Whether you receive points for speeding depends on the situation. If you were responsible for causing an accident while speeding, you will likely get points on your record.
Here are the basic guidelines for allocating points for speeding tickets in Michigan.
1-5 mph over speed limit 1 point
5-10 mph over speed limit 2 points
11-15 mph over speed limit 3 points
16 mph or more over speed limit 4 points
However, offenses such as reckless driving or driving under the influence of alcohol (blood alcohol content level of 0.08 or greater) carry a penalty of 6 points. Therefore, if an officer tickets you for reckless driving, you could receive 6 points regardless of your speed.
Generally, points stay on your driving record for two years from the date of conviction.

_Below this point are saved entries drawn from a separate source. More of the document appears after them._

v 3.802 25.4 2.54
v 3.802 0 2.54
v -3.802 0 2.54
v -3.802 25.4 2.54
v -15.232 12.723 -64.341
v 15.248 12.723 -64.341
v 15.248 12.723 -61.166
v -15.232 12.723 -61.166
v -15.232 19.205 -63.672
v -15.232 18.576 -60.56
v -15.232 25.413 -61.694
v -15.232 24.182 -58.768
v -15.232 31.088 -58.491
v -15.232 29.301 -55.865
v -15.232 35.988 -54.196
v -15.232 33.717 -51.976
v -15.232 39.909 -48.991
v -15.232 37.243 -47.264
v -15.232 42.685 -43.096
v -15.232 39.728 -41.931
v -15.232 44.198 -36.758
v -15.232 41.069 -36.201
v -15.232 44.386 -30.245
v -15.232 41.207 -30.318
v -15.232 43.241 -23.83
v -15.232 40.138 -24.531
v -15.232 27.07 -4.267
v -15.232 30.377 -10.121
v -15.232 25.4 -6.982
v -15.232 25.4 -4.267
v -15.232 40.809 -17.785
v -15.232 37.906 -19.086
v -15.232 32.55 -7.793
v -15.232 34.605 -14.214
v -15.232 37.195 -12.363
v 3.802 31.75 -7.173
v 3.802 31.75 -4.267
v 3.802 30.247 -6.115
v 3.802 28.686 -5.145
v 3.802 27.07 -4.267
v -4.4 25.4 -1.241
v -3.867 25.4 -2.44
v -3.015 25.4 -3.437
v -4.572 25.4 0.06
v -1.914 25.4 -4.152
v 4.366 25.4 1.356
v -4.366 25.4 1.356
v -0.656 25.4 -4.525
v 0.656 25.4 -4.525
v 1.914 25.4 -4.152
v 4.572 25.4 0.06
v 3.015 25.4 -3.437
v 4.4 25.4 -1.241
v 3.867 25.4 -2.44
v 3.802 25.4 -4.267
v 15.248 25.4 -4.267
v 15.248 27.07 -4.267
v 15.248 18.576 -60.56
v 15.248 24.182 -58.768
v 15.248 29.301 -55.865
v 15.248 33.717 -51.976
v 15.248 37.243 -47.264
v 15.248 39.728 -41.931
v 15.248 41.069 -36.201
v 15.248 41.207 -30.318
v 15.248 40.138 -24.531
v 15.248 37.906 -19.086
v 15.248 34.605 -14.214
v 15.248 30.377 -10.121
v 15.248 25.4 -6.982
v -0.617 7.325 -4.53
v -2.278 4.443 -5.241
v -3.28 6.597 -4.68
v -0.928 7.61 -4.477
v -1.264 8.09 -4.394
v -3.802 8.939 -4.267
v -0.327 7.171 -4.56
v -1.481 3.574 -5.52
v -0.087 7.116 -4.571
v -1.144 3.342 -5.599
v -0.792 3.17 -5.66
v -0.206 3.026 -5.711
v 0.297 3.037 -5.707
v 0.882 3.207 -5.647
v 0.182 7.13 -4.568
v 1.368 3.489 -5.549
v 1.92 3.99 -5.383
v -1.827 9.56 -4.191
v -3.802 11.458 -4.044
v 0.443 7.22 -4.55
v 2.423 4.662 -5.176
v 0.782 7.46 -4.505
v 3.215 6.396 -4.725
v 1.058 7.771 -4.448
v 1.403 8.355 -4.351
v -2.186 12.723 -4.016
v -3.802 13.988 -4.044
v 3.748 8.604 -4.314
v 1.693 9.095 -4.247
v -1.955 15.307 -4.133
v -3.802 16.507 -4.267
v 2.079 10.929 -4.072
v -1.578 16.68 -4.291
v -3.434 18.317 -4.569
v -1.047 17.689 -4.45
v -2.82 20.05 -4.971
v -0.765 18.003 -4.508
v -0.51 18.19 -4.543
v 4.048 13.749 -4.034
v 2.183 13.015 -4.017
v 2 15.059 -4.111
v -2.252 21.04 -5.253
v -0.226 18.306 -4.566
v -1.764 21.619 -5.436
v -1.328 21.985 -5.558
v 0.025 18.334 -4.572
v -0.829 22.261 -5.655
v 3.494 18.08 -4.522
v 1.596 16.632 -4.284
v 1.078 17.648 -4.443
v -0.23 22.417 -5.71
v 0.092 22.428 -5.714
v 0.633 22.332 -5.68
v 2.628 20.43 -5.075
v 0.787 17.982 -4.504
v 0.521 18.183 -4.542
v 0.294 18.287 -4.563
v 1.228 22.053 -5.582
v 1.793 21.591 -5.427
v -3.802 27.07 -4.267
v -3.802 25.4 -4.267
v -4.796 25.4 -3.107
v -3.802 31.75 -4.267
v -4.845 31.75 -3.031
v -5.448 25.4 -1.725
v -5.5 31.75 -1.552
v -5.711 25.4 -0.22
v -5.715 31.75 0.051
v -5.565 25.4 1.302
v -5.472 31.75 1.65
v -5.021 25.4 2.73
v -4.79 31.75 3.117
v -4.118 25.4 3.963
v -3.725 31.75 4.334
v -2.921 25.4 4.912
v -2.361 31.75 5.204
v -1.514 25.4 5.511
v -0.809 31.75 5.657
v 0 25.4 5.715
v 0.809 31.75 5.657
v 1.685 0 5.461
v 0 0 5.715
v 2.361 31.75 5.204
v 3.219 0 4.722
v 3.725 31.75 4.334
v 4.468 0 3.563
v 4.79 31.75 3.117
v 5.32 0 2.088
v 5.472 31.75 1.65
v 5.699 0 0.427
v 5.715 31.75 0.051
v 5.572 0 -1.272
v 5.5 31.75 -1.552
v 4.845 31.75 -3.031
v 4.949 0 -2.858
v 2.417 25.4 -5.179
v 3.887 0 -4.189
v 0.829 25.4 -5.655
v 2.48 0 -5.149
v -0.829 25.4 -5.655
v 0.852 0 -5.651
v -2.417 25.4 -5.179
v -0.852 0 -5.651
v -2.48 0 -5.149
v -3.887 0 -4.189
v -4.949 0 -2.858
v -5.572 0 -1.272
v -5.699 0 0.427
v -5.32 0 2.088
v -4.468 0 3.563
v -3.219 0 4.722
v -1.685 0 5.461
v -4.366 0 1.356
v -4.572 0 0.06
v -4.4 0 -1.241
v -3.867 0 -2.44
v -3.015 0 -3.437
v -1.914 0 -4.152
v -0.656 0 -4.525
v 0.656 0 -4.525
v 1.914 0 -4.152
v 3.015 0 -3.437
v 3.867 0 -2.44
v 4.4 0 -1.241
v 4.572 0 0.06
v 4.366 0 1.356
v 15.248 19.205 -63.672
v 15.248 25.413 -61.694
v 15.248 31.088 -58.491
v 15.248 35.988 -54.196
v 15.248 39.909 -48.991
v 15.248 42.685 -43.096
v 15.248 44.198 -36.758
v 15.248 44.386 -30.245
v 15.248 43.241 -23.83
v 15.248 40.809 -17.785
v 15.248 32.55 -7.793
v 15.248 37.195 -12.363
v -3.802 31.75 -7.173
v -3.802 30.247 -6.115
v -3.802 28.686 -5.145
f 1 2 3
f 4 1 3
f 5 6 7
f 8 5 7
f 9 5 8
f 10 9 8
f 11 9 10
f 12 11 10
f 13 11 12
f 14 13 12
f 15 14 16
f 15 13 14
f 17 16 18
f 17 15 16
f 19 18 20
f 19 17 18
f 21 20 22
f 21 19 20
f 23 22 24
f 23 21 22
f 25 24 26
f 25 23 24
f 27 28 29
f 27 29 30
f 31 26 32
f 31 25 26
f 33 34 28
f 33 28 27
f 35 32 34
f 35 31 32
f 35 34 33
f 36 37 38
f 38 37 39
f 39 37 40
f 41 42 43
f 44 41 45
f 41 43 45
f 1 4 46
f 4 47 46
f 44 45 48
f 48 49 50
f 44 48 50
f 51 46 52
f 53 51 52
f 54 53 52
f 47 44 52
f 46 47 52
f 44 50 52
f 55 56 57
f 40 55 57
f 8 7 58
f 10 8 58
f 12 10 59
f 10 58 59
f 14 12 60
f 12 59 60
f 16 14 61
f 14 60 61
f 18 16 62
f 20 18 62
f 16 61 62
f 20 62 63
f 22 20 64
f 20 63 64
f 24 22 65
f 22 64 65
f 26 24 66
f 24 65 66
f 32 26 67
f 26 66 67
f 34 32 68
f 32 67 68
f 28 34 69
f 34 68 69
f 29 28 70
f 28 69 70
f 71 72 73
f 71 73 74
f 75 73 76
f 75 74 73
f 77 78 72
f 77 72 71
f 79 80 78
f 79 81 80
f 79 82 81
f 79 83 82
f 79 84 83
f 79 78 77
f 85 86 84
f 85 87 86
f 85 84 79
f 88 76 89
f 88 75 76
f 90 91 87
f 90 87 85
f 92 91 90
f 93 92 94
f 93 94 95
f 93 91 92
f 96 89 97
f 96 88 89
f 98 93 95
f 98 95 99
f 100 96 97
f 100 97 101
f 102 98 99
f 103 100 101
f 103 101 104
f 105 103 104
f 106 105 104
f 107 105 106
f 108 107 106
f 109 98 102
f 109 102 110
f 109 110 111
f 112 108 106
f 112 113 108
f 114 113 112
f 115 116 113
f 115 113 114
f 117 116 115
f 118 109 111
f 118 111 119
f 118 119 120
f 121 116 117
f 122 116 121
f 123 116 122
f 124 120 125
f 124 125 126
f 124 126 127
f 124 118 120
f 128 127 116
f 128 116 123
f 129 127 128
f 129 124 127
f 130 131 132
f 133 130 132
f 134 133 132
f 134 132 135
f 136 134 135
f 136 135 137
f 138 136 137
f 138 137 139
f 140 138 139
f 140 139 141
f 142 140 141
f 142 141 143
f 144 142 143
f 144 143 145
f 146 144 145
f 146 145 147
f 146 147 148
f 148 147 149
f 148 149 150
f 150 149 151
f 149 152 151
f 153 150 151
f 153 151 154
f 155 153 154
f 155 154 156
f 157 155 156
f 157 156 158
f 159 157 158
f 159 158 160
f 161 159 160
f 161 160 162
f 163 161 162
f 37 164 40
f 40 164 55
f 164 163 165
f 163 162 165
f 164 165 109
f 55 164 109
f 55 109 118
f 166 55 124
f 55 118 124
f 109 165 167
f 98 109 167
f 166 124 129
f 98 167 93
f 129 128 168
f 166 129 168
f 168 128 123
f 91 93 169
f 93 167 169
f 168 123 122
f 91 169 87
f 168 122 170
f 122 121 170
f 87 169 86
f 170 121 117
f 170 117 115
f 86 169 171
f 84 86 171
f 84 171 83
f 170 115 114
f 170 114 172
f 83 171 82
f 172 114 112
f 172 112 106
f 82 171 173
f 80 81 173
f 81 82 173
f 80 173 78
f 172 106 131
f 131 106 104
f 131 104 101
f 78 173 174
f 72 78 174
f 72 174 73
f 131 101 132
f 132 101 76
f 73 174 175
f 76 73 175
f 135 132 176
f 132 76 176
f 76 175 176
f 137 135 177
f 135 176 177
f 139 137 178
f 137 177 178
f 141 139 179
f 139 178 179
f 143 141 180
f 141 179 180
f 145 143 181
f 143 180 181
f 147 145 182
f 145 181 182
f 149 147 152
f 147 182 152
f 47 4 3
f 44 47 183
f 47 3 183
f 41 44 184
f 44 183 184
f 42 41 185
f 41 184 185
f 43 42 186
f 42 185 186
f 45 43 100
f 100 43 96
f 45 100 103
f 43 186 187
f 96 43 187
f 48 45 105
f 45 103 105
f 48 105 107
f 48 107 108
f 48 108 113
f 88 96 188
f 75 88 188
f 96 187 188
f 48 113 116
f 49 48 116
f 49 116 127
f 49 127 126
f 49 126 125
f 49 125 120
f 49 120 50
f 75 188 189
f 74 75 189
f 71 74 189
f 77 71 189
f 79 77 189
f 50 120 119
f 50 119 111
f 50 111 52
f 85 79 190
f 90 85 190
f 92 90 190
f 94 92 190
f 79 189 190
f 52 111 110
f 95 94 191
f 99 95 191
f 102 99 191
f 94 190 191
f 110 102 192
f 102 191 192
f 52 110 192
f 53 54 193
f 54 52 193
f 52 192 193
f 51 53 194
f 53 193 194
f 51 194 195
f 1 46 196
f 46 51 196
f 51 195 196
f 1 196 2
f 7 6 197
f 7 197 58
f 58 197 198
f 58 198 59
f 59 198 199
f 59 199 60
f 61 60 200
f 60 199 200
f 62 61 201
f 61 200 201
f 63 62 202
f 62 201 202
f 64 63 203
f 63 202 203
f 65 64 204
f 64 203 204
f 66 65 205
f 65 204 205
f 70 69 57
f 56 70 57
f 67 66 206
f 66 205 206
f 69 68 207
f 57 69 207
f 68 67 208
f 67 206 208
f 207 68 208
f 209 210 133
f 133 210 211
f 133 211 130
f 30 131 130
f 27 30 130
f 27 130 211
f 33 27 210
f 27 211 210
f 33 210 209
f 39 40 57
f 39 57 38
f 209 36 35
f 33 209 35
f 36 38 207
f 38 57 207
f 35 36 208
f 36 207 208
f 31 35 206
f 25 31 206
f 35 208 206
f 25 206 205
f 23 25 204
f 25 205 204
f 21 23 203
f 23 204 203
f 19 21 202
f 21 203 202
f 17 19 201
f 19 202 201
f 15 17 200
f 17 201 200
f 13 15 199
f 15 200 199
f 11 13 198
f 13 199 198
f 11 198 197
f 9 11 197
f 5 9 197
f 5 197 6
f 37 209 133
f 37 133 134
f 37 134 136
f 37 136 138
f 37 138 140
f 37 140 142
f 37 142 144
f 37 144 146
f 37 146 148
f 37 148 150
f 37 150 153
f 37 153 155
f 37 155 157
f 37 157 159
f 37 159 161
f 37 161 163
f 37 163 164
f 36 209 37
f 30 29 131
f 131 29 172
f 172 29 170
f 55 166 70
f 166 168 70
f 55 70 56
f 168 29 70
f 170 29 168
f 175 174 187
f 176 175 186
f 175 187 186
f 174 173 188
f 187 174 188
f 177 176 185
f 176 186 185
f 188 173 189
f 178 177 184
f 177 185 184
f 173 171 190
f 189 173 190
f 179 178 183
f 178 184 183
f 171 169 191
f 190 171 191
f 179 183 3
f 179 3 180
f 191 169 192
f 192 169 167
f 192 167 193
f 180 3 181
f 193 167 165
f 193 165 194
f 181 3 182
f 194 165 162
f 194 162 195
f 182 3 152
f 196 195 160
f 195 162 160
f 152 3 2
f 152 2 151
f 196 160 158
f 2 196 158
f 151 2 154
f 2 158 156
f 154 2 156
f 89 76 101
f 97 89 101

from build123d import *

# Parameters (mm, degrees)
SKETCH1_R                = 5.715
BOSS_EXTRUDE1_DEPTH      = 25.4
BOSS_EXTRUDE3_DEPTH      = 6.35
BOSS_EXTRUDE4_DEPTH      = 11.430000000000001
BOSS_EXTRUDE4_DEPTH_BACK = 19.05
CUT_EXTRUDE1_START       = -19.05
SKETCH5_R                = 28.575000000000006
CUT_EXTRUDE1_DEPTH       = 19.05


with BuildPart() as part:
    # Sketch1 → Boss-Extrude1 (new body)
    with BuildSketch(Plane(origin=(0, 0, 0), x_dir=(1, 0, 0), z_dir=(0, 1, 0))):
        with Locations(Location((0, 0, 0), (0, 0, 270))):
            Circle(SKETCH1_R)
        with BuildLine():
            Line((3.801523904962324, -2.54), (-3.801523904962324, -2.54))
            ThreePointArc((-3.8015239049623246, -2.5400000000000005), (-1.33e-15, 4.572000000000001), (3.801523904962326, -2.5399999999999983))
        make_face(mode=Mode.SUBTRACT)
    extrude(amount=BOSS_EXTRUDE1_DEPTH)

    # Sketch2 → Boss-Extrude3 (add)
    with BuildSketch(Plane(origin=(0, 25.4, 0), x_dir=(1, 0, 0), z_dir=(0, 1, 0))):
        with BuildLine():
            Line((3.801523904962324, -2.54), (-3.801523904962324, -2.54))
            ThreePointArc((-3.8015239049623246, -2.5400000000000005), (-4.572, 5.607e-14), (-3.801523904962262, 2.540000000000094))
            Line((-3.801523904962324, 2.540000000000111), (-3.801523904962324, 4.267275594568456))
            ThreePointArc((-3.801523904962365, 4.26727559456847), (-2.338323746098912, -5.214735569367823), (5.715, -1.4e-15))
            ThreePointArc((5.715, 0), (5.214735569367823, 2.338323746098912), (3.801523904962363, 4.267275594568472))
            Line((3.801523904962324, 4.267275594568458), (3.801523904962324, 2.5400000000001137))
            ThreePointArc((3.801523904962324, 2.540000000000001), (4.572000000000001, 1.44e-15), (3.801523904962326, -2.5399999999999983))
        make_face()
        with BuildLine():
            Line((-3.801523904962324, 2.540000000000111), (-3.801523904962324, -2.54))
            Line((-3.801523904962324, -2.54), (3.801523904962324, -2.54))
            Line((3.801523904962324, -2.54), (3.801523904962324, 2.5400000000001137))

Nevertheless, the Secretary of State may suspend or revoke your license for certain traffic violations or unsafe driving behavior.
While each insurance company and every situation are different, your rates are likely to increase after receiving a speeding ticket. Additionally, if you caused an accident as a result of speeding, your rates could rise significantly.
Fines for speeding in Michigan vary depending on where you were stopped and how fast you were driving. Speeding in a school or construction zone may carry more fines than speeding on a regular roadway.
In general, you will pay anywhere from $115 to as high as $250 for a speeding ticket. If you caused an accident or damaged someone else’s property, you could be charged with a more serious offense such as reckless driving.
Payment information is provided on the ticket and on the website of the court indicated on the ticket. Most courts allow online or mail-in payments for civil offenses such as speeding tickets.
Basically, you have four options when you receive a speeding ticket.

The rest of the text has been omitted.